AtCoder Beginner Contest 156 C.Rally

Problem Statement

Akari has n kinds of flowers, one of each kind.
She is going to choose one or more of these flowers to make a bouquet.
However, she hates two numbers a and b, so the number of flowers in the bouquet cannot be a or b.
How many different bouquets are there that Akari can make?

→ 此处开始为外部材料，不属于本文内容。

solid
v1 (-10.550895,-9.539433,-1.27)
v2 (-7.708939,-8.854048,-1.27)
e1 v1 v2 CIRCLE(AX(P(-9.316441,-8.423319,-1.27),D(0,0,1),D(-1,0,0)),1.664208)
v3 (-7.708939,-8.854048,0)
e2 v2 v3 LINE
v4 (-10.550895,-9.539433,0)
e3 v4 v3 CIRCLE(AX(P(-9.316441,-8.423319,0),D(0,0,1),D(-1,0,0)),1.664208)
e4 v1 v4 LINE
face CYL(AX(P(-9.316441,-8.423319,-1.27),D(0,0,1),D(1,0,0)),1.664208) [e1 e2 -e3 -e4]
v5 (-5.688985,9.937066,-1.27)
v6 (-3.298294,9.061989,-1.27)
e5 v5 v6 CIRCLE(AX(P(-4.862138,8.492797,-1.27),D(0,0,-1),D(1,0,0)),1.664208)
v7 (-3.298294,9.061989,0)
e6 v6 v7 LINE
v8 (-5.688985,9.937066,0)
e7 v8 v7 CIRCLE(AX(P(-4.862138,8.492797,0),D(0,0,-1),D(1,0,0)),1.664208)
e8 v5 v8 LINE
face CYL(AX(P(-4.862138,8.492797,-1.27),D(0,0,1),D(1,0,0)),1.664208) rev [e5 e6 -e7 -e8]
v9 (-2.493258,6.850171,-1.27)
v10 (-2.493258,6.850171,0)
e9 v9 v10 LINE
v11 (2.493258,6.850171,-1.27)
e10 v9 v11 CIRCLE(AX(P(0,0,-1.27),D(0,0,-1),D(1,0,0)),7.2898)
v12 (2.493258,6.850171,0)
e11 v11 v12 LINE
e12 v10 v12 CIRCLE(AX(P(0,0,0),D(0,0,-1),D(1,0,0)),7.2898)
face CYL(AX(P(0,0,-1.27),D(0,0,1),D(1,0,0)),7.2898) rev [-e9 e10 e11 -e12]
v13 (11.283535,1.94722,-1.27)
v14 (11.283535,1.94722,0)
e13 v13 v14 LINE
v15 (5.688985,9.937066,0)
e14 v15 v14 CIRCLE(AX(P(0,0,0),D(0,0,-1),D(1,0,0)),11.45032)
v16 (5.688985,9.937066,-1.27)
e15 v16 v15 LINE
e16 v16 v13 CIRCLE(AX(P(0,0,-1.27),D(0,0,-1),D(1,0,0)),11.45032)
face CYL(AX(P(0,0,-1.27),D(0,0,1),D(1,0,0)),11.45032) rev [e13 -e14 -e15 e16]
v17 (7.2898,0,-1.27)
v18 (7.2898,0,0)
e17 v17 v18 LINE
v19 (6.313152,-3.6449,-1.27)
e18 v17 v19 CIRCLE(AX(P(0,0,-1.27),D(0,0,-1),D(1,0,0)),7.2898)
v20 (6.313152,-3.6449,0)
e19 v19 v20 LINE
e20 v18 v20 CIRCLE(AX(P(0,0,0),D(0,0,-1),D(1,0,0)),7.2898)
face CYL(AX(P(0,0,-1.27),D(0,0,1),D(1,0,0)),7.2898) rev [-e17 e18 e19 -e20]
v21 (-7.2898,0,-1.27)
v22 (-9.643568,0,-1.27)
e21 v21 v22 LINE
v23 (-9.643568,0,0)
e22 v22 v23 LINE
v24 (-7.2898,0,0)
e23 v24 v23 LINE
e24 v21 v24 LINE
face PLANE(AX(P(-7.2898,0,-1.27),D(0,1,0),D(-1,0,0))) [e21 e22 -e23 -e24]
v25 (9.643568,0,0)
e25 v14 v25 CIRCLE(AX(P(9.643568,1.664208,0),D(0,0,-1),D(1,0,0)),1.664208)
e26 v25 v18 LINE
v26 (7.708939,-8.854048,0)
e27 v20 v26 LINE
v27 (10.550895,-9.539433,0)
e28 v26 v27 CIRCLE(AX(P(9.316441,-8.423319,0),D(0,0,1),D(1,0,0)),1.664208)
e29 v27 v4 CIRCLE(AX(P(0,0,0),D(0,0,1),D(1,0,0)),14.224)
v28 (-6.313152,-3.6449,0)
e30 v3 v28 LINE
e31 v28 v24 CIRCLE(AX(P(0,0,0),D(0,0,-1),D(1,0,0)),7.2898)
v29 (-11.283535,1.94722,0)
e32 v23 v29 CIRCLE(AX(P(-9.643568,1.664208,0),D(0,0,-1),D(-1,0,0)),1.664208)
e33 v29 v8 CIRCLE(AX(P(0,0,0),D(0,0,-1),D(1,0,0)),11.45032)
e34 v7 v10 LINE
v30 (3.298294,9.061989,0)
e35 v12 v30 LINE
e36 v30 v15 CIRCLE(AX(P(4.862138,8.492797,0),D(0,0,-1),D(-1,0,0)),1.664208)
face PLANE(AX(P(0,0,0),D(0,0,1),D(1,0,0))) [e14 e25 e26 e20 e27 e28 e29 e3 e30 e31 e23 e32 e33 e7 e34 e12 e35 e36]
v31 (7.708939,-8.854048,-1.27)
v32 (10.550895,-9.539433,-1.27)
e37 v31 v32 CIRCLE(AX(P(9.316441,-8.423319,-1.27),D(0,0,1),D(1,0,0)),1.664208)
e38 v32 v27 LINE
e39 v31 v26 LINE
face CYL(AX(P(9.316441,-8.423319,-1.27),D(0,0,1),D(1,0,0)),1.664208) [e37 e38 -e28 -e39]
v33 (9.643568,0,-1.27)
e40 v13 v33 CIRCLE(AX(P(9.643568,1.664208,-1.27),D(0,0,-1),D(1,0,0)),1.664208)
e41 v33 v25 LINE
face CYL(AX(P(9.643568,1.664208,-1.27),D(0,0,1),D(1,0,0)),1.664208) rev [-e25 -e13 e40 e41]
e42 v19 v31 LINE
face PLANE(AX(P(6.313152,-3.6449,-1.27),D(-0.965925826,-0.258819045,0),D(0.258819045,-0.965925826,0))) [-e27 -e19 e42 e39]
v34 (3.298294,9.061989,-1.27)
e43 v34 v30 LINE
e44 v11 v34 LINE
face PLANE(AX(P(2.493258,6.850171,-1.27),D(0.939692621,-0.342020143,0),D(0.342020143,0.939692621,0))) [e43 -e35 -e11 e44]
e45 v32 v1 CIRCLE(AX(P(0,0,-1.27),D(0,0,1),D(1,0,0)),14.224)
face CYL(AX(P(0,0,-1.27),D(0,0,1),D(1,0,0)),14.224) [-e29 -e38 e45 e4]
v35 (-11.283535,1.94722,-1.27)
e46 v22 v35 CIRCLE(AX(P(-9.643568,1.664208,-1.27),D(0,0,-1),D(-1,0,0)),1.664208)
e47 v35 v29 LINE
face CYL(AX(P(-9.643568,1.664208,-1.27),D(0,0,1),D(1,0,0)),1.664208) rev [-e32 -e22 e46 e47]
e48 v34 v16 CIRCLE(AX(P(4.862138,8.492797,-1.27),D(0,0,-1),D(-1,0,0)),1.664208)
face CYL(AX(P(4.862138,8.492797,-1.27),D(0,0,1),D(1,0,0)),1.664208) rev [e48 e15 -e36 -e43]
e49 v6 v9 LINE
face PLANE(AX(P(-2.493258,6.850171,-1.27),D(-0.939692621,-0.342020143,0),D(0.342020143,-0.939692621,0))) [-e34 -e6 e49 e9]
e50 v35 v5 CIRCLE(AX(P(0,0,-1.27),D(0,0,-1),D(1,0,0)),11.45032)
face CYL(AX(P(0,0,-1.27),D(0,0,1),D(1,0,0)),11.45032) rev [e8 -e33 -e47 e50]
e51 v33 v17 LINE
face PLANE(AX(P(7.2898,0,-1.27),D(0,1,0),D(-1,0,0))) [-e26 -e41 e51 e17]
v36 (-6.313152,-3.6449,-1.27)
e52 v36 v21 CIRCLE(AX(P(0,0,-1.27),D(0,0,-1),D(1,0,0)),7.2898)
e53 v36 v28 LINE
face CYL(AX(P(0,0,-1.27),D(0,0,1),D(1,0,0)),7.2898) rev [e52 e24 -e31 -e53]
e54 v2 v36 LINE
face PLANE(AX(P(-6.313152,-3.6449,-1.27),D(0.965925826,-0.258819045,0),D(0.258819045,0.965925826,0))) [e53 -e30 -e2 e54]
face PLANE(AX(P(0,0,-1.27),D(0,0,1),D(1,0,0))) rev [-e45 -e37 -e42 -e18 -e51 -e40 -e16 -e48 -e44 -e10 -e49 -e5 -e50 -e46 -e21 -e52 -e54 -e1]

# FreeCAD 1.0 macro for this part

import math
import FreeCAD as App
import Part
import Sketcher
from FreeCAD import Vector
Q = App.Units.Quantity

doc = App.newDocument("Part")
body = doc.addObject("PartDesign::Body", "Body")

# Sketch on XY plane
sketch1 = doc.addObject("Sketcher::SketchObject", "Sketch")
body.addObject(sketch1)
sketch1.AttachmentSupport = (doc.XY_Plane, [""])
sketch1.MapMode = "FlatFace"
sketch1.addGeometry([
    Part.LineSegment(Vector(6.3, -3.6, 0), Vector(7.7, -8.9, 0)),  # 0
    Part.ArcOfCircle(Part.Circle(Vector(9.3, -8.4, 0), Vector(0, 0, 1), 1.7), math.radians(-165), math.radians(-42)),  # 1
    Part.ArcOfCircle(Part.Circle(Vector(0, 0, 0), Vector(0, 0, 1), 14.2), math.radians(-42), math.radians(222)),  # 2
    Part.ArcOfCircle(Part.Circle(Vector(-9.3, -8.4, 0), Vector(0, 0, 1), 1.7), math.radians(-138), math.radians(-15)),  # 3
    Part.LineSegment(Vector(-7.7, -8.9, 0), Vector(-6.3, -3.6, 0)),  # 4
    Part.ArcOfCircle(Part.Circle(Vector(0, 0, 0), Vector(0, 0, 1), 7.3), math.radians(-180), math.radians(-150)),  # 5
    Part.LineSegment(Vector(-7.3, 0, 0), Vector(-9.6, 0, 0)),  # 6
    Part.ArcOfCircle(Part.Circle(Vector(-9.6, 1.7, 0), Vector(0, 0, 1), 1.7), math.radians(170), math.radians(270)),  # 7
    Part.ArcOfCircle(Part.Circle(Vector(0, 0, 0), Vector(0, 0, 1), 11.5), math.radians(120), math.radians(170)),  # 8
    Part.ArcOfCircle(Part.Circle(Vector(-4.9, 8.5, 0), Vector(0, 0, 1), 1.7), math.radians(20), math.radians(120)),  # 9
    Part.LineSegment(Vector(-3.3, 9.1, 0), Vector(-2.5, 6.9, 0)),  # 10
    Part.ArcOfCircle(Part.Circle(Vector(0, 0, 0), Vector(0, 0, 1), 7.3), math.radians(70), math.radians(110)),  # 11
    Part.LineSegment(Vector(2.5, 6.9, 0), Vector(3.3, 9.1, 0)),  # 12
    Part.ArcOfCircle(Part.Circle(Vector(4.9, 8.5, 0), Vector(0, 0, 1), 1.7), math.radians(60), math.radians(160)),  # 13
    Part.ArcOfCircle(Part.Circle(Vector(0, 0, 0), Vector(0, 0, 1), 11.5), math.radians(10), math.radians(60)),  # 14
    Part.ArcOfCircle(Part.Circle(Vector(9.6, 1.7, 0), Vector(0, 0, 1), 1.7), math.radians(-90), math.radians(10)),  # 15
    Part.LineSegment(Vector(9.6, 0, 0), Vector(7.3, 0, 0)),  # 16
    Part.ArcOfCircle(Part.Circle(Vector(0, 0, 0), Vector(0, 0, 1), 7.3), math.radians(-30), math.radians(0)),  # 17
], False)
sketch1.addConstraint([
    Sketcher.Constraint("Tangent", 0, 2, 1, 1),
    Sketcher.Constraint("Tangent", 1, 2, 2, 1),
    Sketcher.Constraint("Tangent", 2, 2, 3, 1),
    Sketcher.Constraint("Tangent", 3, 2, 4, 1),
    Sketcher.Constraint("Coincident", 4, 2, 5, 2),
    Sketcher.Constraint("Coincident", 5, 1, 6, 1),
    Sketcher.Constraint("Tangent", 6, 2, 7, 2),
    Sketcher.Constraint("Tangent", 7, 1, 8, 2),
    Sketcher.Constraint("Tangent", 8, 1, 9, 2),
    Sketcher.Constraint("Tangent", 9, 1, 10, 1),
    Sketcher.Constraint("Coincident", 10, 2, 11, 2),
    Sketcher.Constraint("Coincident", 11, 1, 12, 1),
    Sketcher.Constraint("Tangent", 12, 2, 13, 2),
    Sketcher.Constraint("Tangent", 13, 1, 14, 2),
    Sketcher.Constraint("Tangent", 14, 1, 15, 2),
    Sketcher.Constraint("Tangent", 15, 1, 16, 1),
    Sketcher.Constraint("Coincident", 16, 2, 17, 2),
    Sketcher.Constraint("Coincident", 17, 1, 0, 1),
    Sketcher.Constraint("Horizontal", 6),
    Sketcher.Constraint("Horizontal", 16),
    Sketcher.Constraint("Coincident", 2, 3, -1, 1),
    Sketcher.Constraint("Coincident", 5, 3, -1, 1),
    Sketcher.Constraint("Coincident", 8, 3, -1, 1),
    Sketcher.Constraint("Coincident", 11, 3, -1, 1),
    Sketcher.Constraint("Coincident", 14, 3, -1, 1),
    Sketcher.Constraint("Coincident", 17, 3, -1, 1),
    Sketcher.Constraint("Equal", 1, 3),
    Sketcher.Constraint("Equal", 3, 7),
    Sketcher.Constraint("Equal", 7, 9),
    Sketcher.Constraint("Equal", 5, 11),
    Sketcher.Constraint("Equal", 9, 13),
    Sketcher.Constraint("Equal", 8, 14),
    Sketcher.Constraint("Equal", 13, 15),
    Sketcher.Constraint("Equal", 11, 17),
    Sketcher.Constraint("Symmetric", 6, 2, 15, 1, -1, 1),
    Sketcher.Constraint("Symmetric", 0, 2, 3, 2, -2),
    Sketcher.Constraint("Symmetric", 9, 1, 12, 2, -2),
    Sketcher.Constraint("Radius", 2, Q("0.56 in")),
    Sketcher.Constraint("Angle", 0, Q("-75 deg")),
    Sketcher.Constraint("Angle", 10, Q("-70 deg")),
    Sketcher.Constraint("Radius", 5, Q("0.287 in")),
    Sketcher.Constraint("Radius", 8, Q("0.4508 in")),
    Sketcher.Constraint("Radius", 9, Q("1.664208 mm")),
    Sketcher.Constraint("DistanceY", 4, 2, -1, 1, Q("0.1435 in")),
    Sketcher.Constraint("DistanceY", 7, 1, 9, 3, Q("0.2576999 in")),
])
pad1 = doc.addObject("PartDesign::Pad", "Pad")
body.addObject(pad1)
pad1.Profile = sketch1
pad1.Length = Q("0.05 in")
pad1.Reversed = True

doc.recompute()
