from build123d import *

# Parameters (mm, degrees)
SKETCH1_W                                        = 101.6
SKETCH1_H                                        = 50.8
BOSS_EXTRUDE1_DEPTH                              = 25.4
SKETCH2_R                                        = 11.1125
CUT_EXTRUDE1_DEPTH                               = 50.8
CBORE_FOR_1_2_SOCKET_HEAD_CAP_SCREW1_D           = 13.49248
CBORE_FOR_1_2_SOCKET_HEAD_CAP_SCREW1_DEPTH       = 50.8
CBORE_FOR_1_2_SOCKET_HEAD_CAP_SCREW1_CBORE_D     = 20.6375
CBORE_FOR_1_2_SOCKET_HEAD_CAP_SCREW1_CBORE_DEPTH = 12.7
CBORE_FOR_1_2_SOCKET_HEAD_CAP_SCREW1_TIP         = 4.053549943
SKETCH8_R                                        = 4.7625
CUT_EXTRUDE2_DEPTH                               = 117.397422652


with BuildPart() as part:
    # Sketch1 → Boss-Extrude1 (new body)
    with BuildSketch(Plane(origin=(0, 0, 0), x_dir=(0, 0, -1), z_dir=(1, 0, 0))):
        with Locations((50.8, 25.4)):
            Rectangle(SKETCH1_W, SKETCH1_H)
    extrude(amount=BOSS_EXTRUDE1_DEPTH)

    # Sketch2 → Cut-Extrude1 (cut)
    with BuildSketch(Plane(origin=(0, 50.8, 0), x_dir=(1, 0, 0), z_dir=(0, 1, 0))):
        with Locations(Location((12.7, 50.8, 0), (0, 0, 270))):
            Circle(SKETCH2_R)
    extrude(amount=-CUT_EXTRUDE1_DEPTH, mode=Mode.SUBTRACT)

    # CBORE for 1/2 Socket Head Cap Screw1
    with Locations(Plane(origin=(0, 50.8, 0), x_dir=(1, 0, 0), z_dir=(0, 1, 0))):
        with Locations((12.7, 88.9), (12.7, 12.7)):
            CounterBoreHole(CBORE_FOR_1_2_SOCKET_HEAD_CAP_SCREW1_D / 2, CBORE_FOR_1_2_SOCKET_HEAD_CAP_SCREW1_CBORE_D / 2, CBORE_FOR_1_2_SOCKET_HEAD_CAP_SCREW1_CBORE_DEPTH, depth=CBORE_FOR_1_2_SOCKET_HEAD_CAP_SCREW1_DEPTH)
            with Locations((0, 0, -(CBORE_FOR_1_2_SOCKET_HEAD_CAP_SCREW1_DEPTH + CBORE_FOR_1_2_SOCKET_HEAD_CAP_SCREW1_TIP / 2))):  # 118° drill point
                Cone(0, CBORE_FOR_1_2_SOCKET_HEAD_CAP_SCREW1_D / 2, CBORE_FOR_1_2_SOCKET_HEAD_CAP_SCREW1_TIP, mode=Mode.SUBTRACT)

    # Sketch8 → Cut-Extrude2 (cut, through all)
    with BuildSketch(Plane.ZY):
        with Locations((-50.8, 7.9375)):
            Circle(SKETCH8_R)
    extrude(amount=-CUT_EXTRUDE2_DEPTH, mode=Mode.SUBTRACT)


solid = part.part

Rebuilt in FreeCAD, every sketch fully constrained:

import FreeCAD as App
import Part
import Sketcher

V = App.Vector
Q = App.Units.Quantity


def add_polygon(sketch, points):
    """Adds a closed chain of lines whose ends are joined by coincident constraints."""
    first, n = sketch.GeometryCount, len(points)
    for a, b in zip(points, points[1:] + points[:1]):
        sketch.addGeometry(Part.LineSegment(App.Vector(*a, 0), App.Vector(*b, 0)), False)
    for i in range(n):
        sketch.addConstraint(Sketcher.Constraint("Coincident", first + i, 2, first + (i + 1) % n, 1))

doc = App.newDocument("Part")
body = doc.addObject("PartDesign::Body", "Body")

sketch1 = body.newObject("Sketcher::SketchObject", "Sketch")
sketch1.AttachmentSupport = (doc.getObject("YZ_Plane"), [""])
sketch1.MapMode = "FlatFace"
add_polygon(sketch1, [(51, 0), (0, 0), (0, -102), (51, -102)])
sketch1.addConstraint(Sketcher.Constraint("Horizontal", 0))
sketch1.addConstraint(Sketcher.Constraint("Vertical", 1))
sketch1.addConstraint(Sketcher.Constraint("Horizontal", 2))
sketch1.addConstraint(Sketcher.Constraint("Vertical", 3))
sketch1.addConstraint(Sketcher.Constraint("Coincident", 0, 2, -1, 1))
sketch1.addConstraint(Sketcher.Constraint("DistanceX", 0, 2, 0, 1, Q("2 in")))
sketch1.addConstraint(Sketcher.Constraint("DistanceY", 1, 2, 1, 1, Q("4 in")))
pad1 = body.newObject("PartDesign::Pad", "Pad")
pad1.Profile = sketch1
pad1.Length = Q("1 in")

sketch2 = body.newObject("Sketcher::SketchObject", "Sketch001")
sketch2.AttachmentSupport = (doc.getObject("XZ_Plane"), [""])
sketch2.MapMode = "FlatFace"
sketch2.AttachmentOffset = App.Placement(V(0, 0, -2 * 25.4), App.Rotation())
sketch2.addGeometry(Part.Circle(V(13, -51, 0), V(0, 0, 1), 11), False)
sketch2.addConstraint(Sketcher.Constraint("Diameter", 0, Q("0.875 in")))
sketch2.addConstraint(Sketcher.Constraint("DistanceY", 0, 3, -1, 1, Q("2 in")))
sketch2.addConstraint(Sketcher.Constraint("DistanceX", -1, 1, 0, 3, Q("0.5 in")))
pocket1 = body.newObject("PartDesign::Pocket", "Pocket")
pocket1.Profile = sketch2
pocket1.Length = Q("2 in")
pocket1.Reversed = True

sketch3 = body.newObject("Sketcher::SketchObject", "Sketch002")
sketch3.AttachmentSupport = (doc.getObject("XZ_Plane"), [""])
sketch3.MapMode = "FlatFace"
sketch3.AttachmentOffset = App.Placement(V(0, 0, -2 * 25.4), App.Rotation())
sketch3.addGeometry(Part.Circle(V(13, -89, 0), V(0, 0, 1), 7), False)
sketch3.addGeometry(Part.Circle(V(13, -13, 0), V(0, 0, 1), 7), False)
sketch3.addConstraint(Sketcher.Constraint("Equal", 0, 1))
sketch3.addConstraint(Sketcher.Constraint("Vertical", 0, 3, 1, 3))
sketch3.addConstraint(Sketcher.Constraint("DistanceY", 0, 3, 1, 3, Q("3 in")))
sketch3.addConstraint(Sketcher.Constraint("Diameter", 0, Q("0.5312 in")))
sketch3.addConstraint(Sketcher.Constraint("DistanceX", -1, 1, 0, 3, Q("0.5 in")))
sketch3.addConstraint(Sketcher.Constraint("DistanceY", 0, 3, -1, 1, Q("3.5 in")))
doc.recompute()
hole = body.newObject("PartDesign::Hole", "Hole")
hole.Profile = sketch3
hole.ThreadType = "None"
hole.Diameter = Q("0.5312 in")
hole.DepthType = "Dimension"
hole.Depth = Q("2 in")
hole.DrillPoint = "Angled"
hole.DrillPointAngle = 118
hole.HoleCutType = "Counterbore"
hole.HoleCutDiameter = Q("0.8125 in")
hole.HoleCutDepth = Q("0.5 in")
hole.Reversed = True

sketch4 = body.newObject("Sketcher::SketchObject", "Sketch003")
sketch4.AttachmentSupport = (doc.getObject("YZ_Plane"), [""])
sketch4.MapMode = "FlatFace"
sketch4.addGeometry(Part.Circle(V(7.9, -50.8, 0), V(0, 0, 1), 4.8), False)
sketch4.addConstraint(Sketcher.Constraint("Diameter", 0, Q("0.375 in")))
sketch4.addConstraint(Sketcher.Constraint("DistanceY", 0, 3, -1, 1, Q("2 in")))
sketch4.addConstraint(Sketcher.Constraint("DistanceX", -1, 1, 0, 3, Q("0.3125 in")))
pocket2 = body.newObject("PartDesign::Pocket", "Pocket001")
pocket2.Profile = sketch4
pocket2.Type = "ThroughAll"
pocket2.Reversed = True

doc.recompute()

Find the count modulo $(10^9+7).$

Here, two bouquets are considered different when there is a flower that is used in one of the bouquets but not in the other bouquet.

Constraints

• All values in input are integers.
• $2≤n≤10^9$
• $1≤a<b≤min(n,2×10^5)$

Input

Input is given from Standard Input in the following format:

n  a  b

Output

Print the number of bouquets that Akari can make, modulo $(10^9+7)$. (If there are no such bouquets, print 0.)

Sample Input 1

4 1 3

Sample Output 1

7

Sample Input 2

1000000000 141421 173205

Sample Output 2

34076506

这题不难，首先推出所有情况为 $2^n-1$，减去组合数 $C_n^a$ 和 $C_n^b$ 即可，套一个卢卡斯定理的模板，注意负数取模的问题，不能直接 $(ans+mod)\%mod$，否则会WA，要一直加直到大于0时才取模，具体见代码：

#include <bits/stdc++.h>
using namespace std;
typedef long long ll;

const ll mod=1e9+7;
ll p(ll a, ll n)
{
    if(n == 0) return 1;
    ll x = p(a, n/2);
    ll ans = x * x % mod;
    if(n % 2 == 1) ans = ans *a % mod;
    return ans%mod;
}

ll C(ll n,ll m) {
    if(n < m) return 0;
    ll res = 1;
    for(ll i=1; i<=m; i++) {
        ll a = (n+i-m)%mod;
        ll b = i%mod;
        res = res*(a*p(b,mod-2)%mod)%mod;
    }
    return res;
}

ll Lucas(ll n,ll m) {
    if(m == 0) return 1;
    return C(n%mod, m%mod) * Lucas(n/mod,m/mod)%mod;
}

ll n,a,b;
int main(){
    cin>>n>>a>>b;
    ll ans=p(2,n)-Lucas(n,a)-Lucas(n,b)-1;
   while(ans<0) {
        ans+=mod;
    }
    cout<<ans%mod;
    return 0;
}